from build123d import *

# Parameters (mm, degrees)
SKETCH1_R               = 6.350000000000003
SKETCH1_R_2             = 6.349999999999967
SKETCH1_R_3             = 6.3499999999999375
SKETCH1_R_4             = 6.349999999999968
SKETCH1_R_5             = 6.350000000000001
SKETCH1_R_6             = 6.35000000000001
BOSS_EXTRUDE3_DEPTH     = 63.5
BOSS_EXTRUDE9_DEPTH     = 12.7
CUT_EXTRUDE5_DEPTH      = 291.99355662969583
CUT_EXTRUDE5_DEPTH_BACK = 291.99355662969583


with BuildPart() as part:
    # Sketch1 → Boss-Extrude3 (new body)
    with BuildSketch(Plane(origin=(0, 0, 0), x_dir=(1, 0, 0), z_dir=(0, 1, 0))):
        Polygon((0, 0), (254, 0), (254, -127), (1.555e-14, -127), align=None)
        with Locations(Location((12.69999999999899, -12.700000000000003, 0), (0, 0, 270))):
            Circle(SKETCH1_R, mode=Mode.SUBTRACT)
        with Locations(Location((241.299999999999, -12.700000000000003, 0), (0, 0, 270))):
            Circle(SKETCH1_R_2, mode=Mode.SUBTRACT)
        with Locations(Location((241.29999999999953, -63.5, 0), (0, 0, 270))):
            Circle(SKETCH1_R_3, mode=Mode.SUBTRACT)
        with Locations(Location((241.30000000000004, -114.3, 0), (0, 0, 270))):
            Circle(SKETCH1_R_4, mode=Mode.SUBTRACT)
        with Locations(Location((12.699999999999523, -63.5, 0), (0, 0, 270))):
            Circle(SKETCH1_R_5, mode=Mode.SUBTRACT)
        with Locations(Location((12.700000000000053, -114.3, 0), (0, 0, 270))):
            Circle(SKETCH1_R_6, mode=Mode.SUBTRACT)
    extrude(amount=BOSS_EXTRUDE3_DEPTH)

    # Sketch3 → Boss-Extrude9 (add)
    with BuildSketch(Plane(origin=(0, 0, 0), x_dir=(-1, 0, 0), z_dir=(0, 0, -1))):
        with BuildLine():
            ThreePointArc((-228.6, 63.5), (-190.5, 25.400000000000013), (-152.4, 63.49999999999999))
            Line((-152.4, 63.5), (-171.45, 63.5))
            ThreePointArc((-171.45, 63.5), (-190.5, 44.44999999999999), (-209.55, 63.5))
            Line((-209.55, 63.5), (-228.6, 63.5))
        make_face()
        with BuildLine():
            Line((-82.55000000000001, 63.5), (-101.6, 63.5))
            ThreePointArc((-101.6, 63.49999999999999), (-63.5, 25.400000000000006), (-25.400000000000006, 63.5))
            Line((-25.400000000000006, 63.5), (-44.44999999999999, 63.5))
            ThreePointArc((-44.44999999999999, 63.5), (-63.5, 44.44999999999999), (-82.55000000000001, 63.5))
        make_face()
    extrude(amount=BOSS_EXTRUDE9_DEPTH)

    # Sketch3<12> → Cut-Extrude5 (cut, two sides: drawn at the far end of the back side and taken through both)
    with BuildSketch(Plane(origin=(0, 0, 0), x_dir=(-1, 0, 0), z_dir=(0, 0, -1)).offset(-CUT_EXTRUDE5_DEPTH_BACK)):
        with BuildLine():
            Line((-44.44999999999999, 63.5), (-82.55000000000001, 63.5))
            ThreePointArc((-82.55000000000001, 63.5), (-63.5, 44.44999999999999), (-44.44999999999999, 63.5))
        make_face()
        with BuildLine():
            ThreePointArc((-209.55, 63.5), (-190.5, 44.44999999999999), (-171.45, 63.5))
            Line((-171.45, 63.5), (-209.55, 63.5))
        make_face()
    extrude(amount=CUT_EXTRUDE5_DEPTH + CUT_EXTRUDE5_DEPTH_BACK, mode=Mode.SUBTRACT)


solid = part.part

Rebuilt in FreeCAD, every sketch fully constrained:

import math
import FreeCAD as App
import Part
import Sketcher
from FreeCAD import Vector
Q = App.Units.Quantity


def add_polygon(sketch, points):
    """Adds a closed chain of lines whose ends are joined by coincident constraints."""
    first, n = sketch.GeometryCount, len(points)
    for a, b in zip(points, points[1:] + points[:1]):
        sketch.addGeometry(Part.LineSegment(App.Vector(*a, 0), App.Vector(*b, 0)), False)
    for i in range(n):
        sketch.addConstraint(Sketcher.Constraint("Coincident", first + i, 2, first + (i + 1) % n, 1))

doc = App.newDocument("Part")
body = doc.addObject("PartDesign::Body", "Body")

# Sketch on XZ plane
sketch1 = body.newObject("Sketcher::SketchObject", "Sketch")
sketch1.AttachmentSupport = (doc.getObject("XZ_Plane"), [""])
sketch1.MapMode = "FlatFace"
add_polygon(sketch1, [(254, 0), (0, 0), (0, 127), (254, 127)])  # lines 0-3
sketch1.addGeometry(Part.Circle(Vector(241, 114, 0), Vector(0, 0, 1), 6), False)  # 4
sketch1.addGeometry(Part.Circle(Vector(13, 114, 0), Vector(0, 0, 1), 6), False)  # 5
sketch1.addGeometry(Part.Circle(Vector(241, 64, 0), Vector(0, 0, 1), 6), False)  # 6
sketch1.addGeometry(Part.Circle(Vector(241, 13, 0), Vector(0, 0, 1), 6), False)  # 7
sketch1.addGeometry(Part.Circle(Vector(13, 64, 0), Vector(0, 0, 1), 6), False)  # 8
sketch1.addGeometry(Part.Circle(Vector(13, 13, 0), Vector(0, 0, 1), 6), False)  # 9
sketch1.addConstraint([
    Sketcher.Constraint("Horizontal", 0),
    Sketcher.Constraint("Vertical", 1),
    Sketcher.Constraint("Horizontal", 2),
    Sketcher.Constraint("Vertical", 3),
    Sketcher.Constraint("Coincident", 0, 2, -1, 1),
    Sketcher.Constraint("Equal", 4, 5),
    Sketcher.Constraint("Equal", 5, 6),
    Sketcher.Constraint("Equal", 6, 7),
    Sketcher.Constraint("Equal", 7, 8),
    Sketcher.Constraint("Equal", 8, 9),
    Sketcher.Constraint("Horizontal", 4, 3, 5, 3),
    Sketcher.Constraint("Horizontal", 6, 3, 8, 3),
    Sketcher.Constraint("Horizontal", 7, 3, 9, 3),
    Sketcher.Constraint("Vertical", 4, 3, 6, 3),
    Sketcher.Constraint("Vertical", 6, 3, 7, 3),
    Sketcher.Constraint("Vertical", 5, 3, 8, 3),
    Sketcher.Constraint("Vertical", 8, 3, 9, 3),
    Sketcher.Constraint("Diameter", 4, Q("0.5 in")),
    Sketcher.Constraint("DistanceX", 0, 2, 0, 1, Q("10 in")),
    Sketcher.Constraint("DistanceY", 1, 1, 1, 2, Q("5 in")),
    Sketcher.Constraint("DistanceX", 5, 3, 4, 3, Q("9 in")),
    Sketcher.Constraint("DistanceY", 6, 3, 4, 3, Q("2 in")),
    Sketcher.Constraint("DistanceY", 7, 3, 6, 3, Q("2 in")),
    Sketcher.Constraint("DistanceX", -1, 1, 4, 3, Q("9.5 in")),
    Sketcher.Constraint("DistanceY", -1, 1, 4, 3, Q("4.5 in")),
])
pad1 = body.newObject("PartDesign::Pad", "Pad")
pad1.Profile = sketch1
pad1.Length = Q("2.5 in")
pad1.Reversed = True

# Sketch on XY plane
sketch2 = body.newObject("Sketcher::SketchObject", "Sketch001")
sketch2.AttachmentSupport = (doc.getObject("XY_Plane"), [""])
sketch2.MapMode = "FlatFace"
sketch2.addGeometry([
    Part.ArcOfCircle(Part.Circle(Vector(190, 64, 0), Vector(0, 0, 1), 38), math.radians(180), math.radians(360)),  # 0
    Part.LineSegment(Vector(152, 64, 0), Vector(171, 64, 0)),  # 1
    Part.ArcOfCircle(Part.Circle(Vector(190, 64, 0), Vector(0, 0, 1), 19), math.radians(180), math.radians(360)),  # 2
    Part.LineSegment(Vector(210, 64, 0), Vector(229, 64, 0)),  # 3
    Part.LineSegment(Vector(83, 64, 0), Vector(102, 64, 0)),  # 4
    Part.ArcOfCircle(Part.Circle(Vector(64, 64, 0), Vector(0, 0, 1), 38), math.radians(180), math.radians(360)),  # 5
    Part.LineSegment(Vector(25, 64, 0), Vector(44, 64, 0)),  # 6
    Part.ArcOfCircle(Part.Circle(Vector(64, 64, 0), Vector(0, 0, 1), 19), math.radians(180), math.radians(360)),  # 7
], False)
sketch2.addConstraint([
    Sketcher.Constraint("Coincident", 0, 1, 1, 1),
    Sketcher.Constraint("Coincident", 1, 2, 2, 1),
    Sketcher.Constraint("Coincident", 2, 2, 3, 1),
    Sketcher.Constraint("Coincident", 3, 2, 0, 2),
    Sketcher.Constraint("Coincident", 4, 2, 5, 2),
    Sketcher.Constraint("Coincident", 5, 1, 6, 1),
    Sketcher.Constraint("Coincident", 6, 2, 7, 1),
    Sketcher.Constraint("Coincident", 7, 2, 4, 1),
    Sketcher.Constraint("Horizontal", 1),
    Sketcher.Constraint("Horizontal", 3),
    Sketcher.Constraint("Horizontal", 4),
    Sketcher.Constraint("Horizontal", 6),
    Sketcher.Constraint("Coincident", 2, 3, 0, 3),
    Sketcher.Constraint("Coincident", 7, 3, 5, 3),
    Sketcher.Constraint("Equal", 0, 5),
    Sketcher.Constraint("Equal", 2, 7),
    Sketcher.Constraint("Horizontal", 2, 3, 5, 3),
    Sketcher.Constraint("Horizontal", 7, 3, 0, 1),
    Sketcher.Constraint("Horizontal", 1, 2, 2, 2),
    Sketcher.Constraint("Horizontal", 3, 2, 4, 2),
    Sketcher.Constraint("Horizontal", 4, 2, 5, 1),
    Sketcher.Constraint("Radius", 0, Q("1.5 in")),
    Sketcher.Constraint("Radius", 2, Q("0.75 in")),
    Sketcher.Constraint("DistanceX", -1, 1, 0, 1, Q("6 in")),
    Sketcher.Constraint("DistanceX", -1, 1, 4, 2, Q("4 in")),
    Sketcher.Constraint("DistanceY", -1, 1, 0, 3, Q("2.5 in")),
])
pad2 = body.newObject("PartDesign::Pad", "Pad001")
pad2.Profile = sketch2
pad2.Length = Q("0.5 in")
pad2.Reversed = True

# Sketch on XY plane
sketch3 = body.newObject("Sketcher::SketchObject", "Sketch002")
sketch3.AttachmentSupport = (doc.getObject("XY_Plane"), [""])
sketch3.MapMode = "FlatFace"
sketch3.addGeometry([
    Part.LineSegment(Vector(44, 64, 0), Vector(83, 64, 0)),
    Part.ArcOfCircle(Part.Circle(Vector(64, 64, 0), Vector(0, 0, 1), 19), math.radians(180), math.radians(360)),
    Part.ArcOfCircle(Part.Circle(Vector(190, 64, 0), Vector(0, 0, 1), 19), math.radians(180), math.radians(360)),
    Part.LineSegment(Vector(171, 64, 0), Vector(210, 64, 0)),
], False)
sketch3.addConstraint([
    Sketcher.Constraint("Coincident", 0, 1, 1, 1),
    Sketcher.Constraint("Coincident", 1, 2, 0, 2),
    Sketcher.Constraint("Coincident", 2, 1, 3, 1),
    Sketcher.Constraint("Coincident", 3, 2, 2, 2),
    Sketcher.Constraint("Horizontal", 0),
    Sketcher.Constraint("Horizontal", 3),
    Sketcher.Constraint("Equal", 1, 2),
    Sketcher.Constraint("Horizontal", 1, 3, 2, 3),
    Sketcher.Constraint("Horizontal", 2, 3, 0, 1),
    Sketcher.Constraint("Horizontal", 1, 2, 2, 1),
    Sketcher.Constraint("Radius", 1, Q("0.75 in")),
    Sketcher.Constraint("DistanceX", 1, 3, 2, 3, Q("5 in")),
    Sketcher.Constraint("DistanceX", -1, 1, 1, 3, Q("2.5 in")),
    Sketcher.Constraint("DistanceY", -1, 1, 1, 3, Q("2.5 in")),
])
pocket1 = body.newObject("PartDesign::Pocket", "Pocket")
pocket1.Profile = sketch3
pocket1.Type = "ThroughAll"
pocket1.Midplane = True

doc.recompute()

^^^^

■ **WHAT IS REQUIRED**
Only one stretch of the data above is needed. Restate it word for word, from the line containing "Line((-44.44999999999999, 63.5), (-82.55000000000001, 63.5))" through the line containing "Rebuilt in FreeCAD, every", both ends included.

■ **OUTPUT**
            Line((-44.44999999999999, 63.5), (-82.55000000000001, 63.5))
            ThreePointArc((-82.55000000000001, 63.5), (-63.5, 44.44999999999999), (-44.44999999999999, 63.5))
        make_face()
        with BuildLine():
            ThreePointArc((-209.55, 63.5), (-190.5, 44.44999999999999), (-171.45, 63.5))
            Line((-171.45, 63.5), (-209.55, 63.5))
        make_face()
    extrude(amount=CUT_EXTRUDE5_DEPTH + CUT_EXTRUDE5_DEPTH_BACK, mode=Mode.SUBTRACT)


solid = part.part

Rebuilt in FreeCAD, every sketch fully constrained:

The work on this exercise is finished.